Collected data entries
Content starts

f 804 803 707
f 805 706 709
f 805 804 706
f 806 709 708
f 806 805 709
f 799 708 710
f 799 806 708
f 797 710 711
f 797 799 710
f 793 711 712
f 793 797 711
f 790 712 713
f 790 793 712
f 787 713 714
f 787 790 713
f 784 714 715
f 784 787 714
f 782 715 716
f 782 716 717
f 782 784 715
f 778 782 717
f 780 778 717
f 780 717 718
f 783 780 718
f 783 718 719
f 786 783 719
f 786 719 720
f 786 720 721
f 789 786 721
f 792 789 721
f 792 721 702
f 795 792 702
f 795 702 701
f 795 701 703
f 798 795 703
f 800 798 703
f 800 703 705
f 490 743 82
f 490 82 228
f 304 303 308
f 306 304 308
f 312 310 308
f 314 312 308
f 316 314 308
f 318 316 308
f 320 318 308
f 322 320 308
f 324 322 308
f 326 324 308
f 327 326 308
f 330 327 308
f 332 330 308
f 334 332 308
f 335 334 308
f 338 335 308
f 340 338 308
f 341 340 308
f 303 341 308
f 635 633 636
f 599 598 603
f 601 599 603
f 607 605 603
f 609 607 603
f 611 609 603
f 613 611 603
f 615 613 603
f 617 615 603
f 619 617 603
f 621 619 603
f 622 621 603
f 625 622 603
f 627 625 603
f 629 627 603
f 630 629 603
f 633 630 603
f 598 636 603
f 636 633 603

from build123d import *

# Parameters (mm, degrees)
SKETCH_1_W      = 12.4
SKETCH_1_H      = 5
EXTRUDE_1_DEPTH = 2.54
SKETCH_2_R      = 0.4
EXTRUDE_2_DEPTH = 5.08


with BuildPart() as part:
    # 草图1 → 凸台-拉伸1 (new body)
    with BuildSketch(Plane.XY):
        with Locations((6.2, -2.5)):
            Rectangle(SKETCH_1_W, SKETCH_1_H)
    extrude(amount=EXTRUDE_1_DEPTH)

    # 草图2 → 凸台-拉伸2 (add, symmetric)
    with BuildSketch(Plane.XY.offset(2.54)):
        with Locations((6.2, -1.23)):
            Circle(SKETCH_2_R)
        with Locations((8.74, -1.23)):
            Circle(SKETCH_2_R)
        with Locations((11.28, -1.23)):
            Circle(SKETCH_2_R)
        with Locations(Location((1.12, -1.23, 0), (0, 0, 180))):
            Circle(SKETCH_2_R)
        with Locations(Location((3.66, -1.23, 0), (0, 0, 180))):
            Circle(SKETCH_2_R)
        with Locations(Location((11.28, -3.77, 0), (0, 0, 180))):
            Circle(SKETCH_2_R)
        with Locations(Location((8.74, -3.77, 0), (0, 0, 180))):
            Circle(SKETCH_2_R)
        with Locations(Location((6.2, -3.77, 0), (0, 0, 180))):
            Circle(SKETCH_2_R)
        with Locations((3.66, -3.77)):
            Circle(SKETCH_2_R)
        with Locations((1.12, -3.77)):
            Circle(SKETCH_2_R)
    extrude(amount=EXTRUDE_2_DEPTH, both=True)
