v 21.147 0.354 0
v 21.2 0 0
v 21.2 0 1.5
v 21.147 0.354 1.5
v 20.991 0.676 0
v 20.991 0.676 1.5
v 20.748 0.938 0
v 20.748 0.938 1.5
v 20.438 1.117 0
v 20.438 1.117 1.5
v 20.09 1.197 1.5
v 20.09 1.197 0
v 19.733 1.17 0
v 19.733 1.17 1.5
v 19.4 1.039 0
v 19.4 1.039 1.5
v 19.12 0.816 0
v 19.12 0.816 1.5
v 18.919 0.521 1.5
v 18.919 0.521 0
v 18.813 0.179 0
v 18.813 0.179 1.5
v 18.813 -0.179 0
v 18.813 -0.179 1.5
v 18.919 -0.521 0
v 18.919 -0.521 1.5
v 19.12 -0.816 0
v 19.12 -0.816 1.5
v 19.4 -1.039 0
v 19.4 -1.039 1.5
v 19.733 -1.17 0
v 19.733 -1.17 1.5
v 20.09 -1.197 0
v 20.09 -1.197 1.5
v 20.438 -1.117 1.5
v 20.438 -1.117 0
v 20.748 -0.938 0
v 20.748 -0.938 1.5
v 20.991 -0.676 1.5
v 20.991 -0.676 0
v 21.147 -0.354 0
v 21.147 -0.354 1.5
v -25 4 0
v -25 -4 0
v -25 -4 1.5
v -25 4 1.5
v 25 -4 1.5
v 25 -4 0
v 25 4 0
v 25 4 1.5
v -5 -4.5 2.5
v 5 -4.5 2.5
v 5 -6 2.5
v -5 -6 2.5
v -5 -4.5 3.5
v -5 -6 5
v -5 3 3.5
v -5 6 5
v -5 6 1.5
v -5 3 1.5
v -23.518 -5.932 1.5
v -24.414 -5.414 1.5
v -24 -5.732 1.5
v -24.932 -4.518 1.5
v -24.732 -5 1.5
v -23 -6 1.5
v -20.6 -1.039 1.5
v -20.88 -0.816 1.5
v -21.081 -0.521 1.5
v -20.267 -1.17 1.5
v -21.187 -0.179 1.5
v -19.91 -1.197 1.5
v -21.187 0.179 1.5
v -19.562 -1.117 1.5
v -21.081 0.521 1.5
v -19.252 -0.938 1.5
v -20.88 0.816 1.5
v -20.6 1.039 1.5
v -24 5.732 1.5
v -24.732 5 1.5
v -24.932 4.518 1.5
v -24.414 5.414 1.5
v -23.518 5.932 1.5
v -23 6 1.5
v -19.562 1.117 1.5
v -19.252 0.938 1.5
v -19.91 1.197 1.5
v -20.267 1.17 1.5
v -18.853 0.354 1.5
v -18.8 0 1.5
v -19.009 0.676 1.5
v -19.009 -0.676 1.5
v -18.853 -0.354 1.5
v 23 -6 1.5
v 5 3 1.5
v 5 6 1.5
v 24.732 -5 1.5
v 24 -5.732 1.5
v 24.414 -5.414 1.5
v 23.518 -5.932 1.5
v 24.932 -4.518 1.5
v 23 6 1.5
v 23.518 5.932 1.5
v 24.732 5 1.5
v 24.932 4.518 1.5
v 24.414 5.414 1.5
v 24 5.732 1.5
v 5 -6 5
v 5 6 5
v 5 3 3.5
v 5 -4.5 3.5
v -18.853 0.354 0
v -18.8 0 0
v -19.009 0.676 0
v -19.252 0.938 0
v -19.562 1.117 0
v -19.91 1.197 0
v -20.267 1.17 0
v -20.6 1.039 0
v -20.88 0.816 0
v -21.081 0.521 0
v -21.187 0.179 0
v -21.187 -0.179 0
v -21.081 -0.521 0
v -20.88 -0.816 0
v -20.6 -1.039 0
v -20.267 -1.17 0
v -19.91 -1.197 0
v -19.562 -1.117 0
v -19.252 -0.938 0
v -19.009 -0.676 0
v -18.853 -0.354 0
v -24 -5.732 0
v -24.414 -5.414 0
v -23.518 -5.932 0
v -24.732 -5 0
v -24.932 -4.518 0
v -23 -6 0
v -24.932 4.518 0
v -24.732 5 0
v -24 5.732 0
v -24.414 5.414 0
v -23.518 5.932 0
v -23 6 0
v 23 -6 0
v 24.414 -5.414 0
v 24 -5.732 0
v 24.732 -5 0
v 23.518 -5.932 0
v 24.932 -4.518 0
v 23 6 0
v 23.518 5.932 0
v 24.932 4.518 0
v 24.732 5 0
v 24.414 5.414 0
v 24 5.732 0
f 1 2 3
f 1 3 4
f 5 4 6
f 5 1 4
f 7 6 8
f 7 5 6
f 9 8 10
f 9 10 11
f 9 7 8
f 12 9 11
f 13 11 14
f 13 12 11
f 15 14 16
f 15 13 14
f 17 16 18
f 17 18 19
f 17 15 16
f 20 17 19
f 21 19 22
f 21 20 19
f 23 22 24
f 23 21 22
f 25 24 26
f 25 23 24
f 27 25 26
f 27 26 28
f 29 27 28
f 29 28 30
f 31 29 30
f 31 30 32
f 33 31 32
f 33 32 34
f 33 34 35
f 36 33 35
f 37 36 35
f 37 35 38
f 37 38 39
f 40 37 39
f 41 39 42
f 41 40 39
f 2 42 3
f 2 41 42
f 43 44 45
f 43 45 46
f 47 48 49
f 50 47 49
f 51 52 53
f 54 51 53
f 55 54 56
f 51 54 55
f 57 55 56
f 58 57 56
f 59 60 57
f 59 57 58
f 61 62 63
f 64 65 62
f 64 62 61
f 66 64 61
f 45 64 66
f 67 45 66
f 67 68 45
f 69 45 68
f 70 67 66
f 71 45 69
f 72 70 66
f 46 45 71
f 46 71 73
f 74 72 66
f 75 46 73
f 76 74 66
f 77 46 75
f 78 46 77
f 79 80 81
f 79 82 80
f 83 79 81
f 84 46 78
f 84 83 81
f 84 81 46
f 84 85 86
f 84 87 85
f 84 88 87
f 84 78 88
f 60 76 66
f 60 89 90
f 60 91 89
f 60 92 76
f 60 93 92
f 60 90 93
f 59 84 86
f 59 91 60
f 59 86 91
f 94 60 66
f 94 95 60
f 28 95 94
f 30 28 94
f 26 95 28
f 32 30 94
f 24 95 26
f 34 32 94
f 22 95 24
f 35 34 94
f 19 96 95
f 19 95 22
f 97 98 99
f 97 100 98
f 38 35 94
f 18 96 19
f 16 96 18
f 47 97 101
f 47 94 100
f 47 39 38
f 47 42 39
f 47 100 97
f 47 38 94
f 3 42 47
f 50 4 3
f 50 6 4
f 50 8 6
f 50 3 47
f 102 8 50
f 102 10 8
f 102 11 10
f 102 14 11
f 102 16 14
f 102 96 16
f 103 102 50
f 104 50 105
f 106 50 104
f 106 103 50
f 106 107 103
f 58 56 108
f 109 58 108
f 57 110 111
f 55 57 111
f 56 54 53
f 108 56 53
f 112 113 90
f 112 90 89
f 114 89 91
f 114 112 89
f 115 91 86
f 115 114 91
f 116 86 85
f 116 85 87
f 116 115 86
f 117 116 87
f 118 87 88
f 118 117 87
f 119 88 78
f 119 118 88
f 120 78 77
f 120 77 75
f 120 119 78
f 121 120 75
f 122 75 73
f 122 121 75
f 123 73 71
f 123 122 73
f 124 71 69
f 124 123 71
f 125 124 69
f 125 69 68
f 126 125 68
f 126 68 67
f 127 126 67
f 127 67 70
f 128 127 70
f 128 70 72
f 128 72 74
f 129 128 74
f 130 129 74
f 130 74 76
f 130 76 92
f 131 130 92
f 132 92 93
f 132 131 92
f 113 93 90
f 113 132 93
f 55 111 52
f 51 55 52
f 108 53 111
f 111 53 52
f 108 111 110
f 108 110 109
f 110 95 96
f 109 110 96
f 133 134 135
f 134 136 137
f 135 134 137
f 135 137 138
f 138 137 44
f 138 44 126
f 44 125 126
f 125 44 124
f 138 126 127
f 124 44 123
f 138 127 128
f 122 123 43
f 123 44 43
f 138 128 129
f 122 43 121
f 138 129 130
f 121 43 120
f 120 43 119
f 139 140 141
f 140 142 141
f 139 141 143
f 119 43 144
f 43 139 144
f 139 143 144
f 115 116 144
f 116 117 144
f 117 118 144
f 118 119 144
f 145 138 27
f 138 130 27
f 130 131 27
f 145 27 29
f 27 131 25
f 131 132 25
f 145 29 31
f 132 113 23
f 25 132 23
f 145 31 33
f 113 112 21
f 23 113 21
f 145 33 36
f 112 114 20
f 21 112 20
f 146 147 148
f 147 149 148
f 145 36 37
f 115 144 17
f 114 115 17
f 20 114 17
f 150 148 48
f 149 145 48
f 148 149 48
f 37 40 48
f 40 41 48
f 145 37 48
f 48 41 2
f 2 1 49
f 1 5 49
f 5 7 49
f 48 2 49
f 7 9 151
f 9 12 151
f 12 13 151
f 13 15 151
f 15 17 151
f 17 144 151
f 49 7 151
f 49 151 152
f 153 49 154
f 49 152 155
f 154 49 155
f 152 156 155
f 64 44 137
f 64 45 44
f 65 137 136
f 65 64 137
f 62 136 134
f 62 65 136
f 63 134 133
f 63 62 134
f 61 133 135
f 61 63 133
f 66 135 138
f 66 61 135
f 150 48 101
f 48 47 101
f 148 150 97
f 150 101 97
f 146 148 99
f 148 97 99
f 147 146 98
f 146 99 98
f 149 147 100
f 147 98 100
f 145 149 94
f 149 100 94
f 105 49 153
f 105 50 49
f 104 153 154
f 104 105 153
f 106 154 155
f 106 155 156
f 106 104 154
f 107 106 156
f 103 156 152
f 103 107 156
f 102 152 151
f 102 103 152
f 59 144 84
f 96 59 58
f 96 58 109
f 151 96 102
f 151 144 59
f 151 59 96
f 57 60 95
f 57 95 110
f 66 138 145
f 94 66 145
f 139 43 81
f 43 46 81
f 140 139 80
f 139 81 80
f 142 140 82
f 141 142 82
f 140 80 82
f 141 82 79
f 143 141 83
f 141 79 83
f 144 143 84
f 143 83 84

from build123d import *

# Parameters (mm, degrees)
SKETCH_W     = 50
SKETCH_H     = 12
SKETCH_R     = 1.2
PAD_DEPTH    = 1.5
SKETCH001_W  = 10
SKETCH001_H  = 12
PAD001_DEPTH = 3.5
POCKET_DEPTH = 10
FILLET_R     = 2


with BuildPart() as part:
    # Sketch → Pad (new body)
    with BuildSketch(Plane.XY):
        Rectangle(SKETCH_W, SKETCH_H)
        with Locations((-20, 0)):
            Circle(SKETCH_R, mode=Mode.SUBTRACT)
        with Locations((20, 0)):
            Circle(SKETCH_R, mode=Mode.SUBTRACT)
    extrude(amount=PAD_DEPTH)

    # Sketch001 (on Face8 of Pad) → Pad001 (join)
    with BuildSketch(Plane.XY.offset(1.5)):
        Rectangle(SKETCH001_W, SKETCH001_H)
    extrude(amount=PAD001_DEPTH)

    # Sketch002 (on Face12 of Pad001) → Pocket (cut)
    with BuildSketch(Plane.YZ.offset(5)):
        Polygon((3, 1.5), (3, 3.5), (-4.5, 3.5), (-4.5, 2.5), (-6, 2.5), (-6, 1.5), align=None)
    extrude(amount=-POCKET_DEPTH, mode=Mode.SUBTRACT)

    # Fillet
    fillet_edges = [part.edges().sort_by_distance(p)[0] for p in [
        (25, -6, 0.75),
        (25, 6, 0.75),
        (-25, -6, 0.75),
        (-25, 6, 0.75),
    ]]
    fillet(fillet_edges, radius=FILLET_R)


solid = part.part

Content ends

▶ _INSTRUCTIONS TO FOLLOW_:
Copy the lines above exactly, beginning at the line that has "f 145 33 36" and stopping after the line that has "f 13 15 151", and omit the rest.

▶ _EXERCISE ANSWER_:
f 145 33 36
f 112 114 20
f 21 112 20
f 146 147 148
f 147 149 148
f 145 36 37
f 115 144 17
f 114 115 17
f 20 114 17
f 150 148 48
f 149 145 48
f 148 149 48
f 37 40 48
f 40 41 48
f 145 37 48
f 48 41 2
f 2 1 49
f 1 5 49
f 5 7 49
f 48 2 49
f 7 9 151
f 9 12 151
f 12 13 151
f 13 15 151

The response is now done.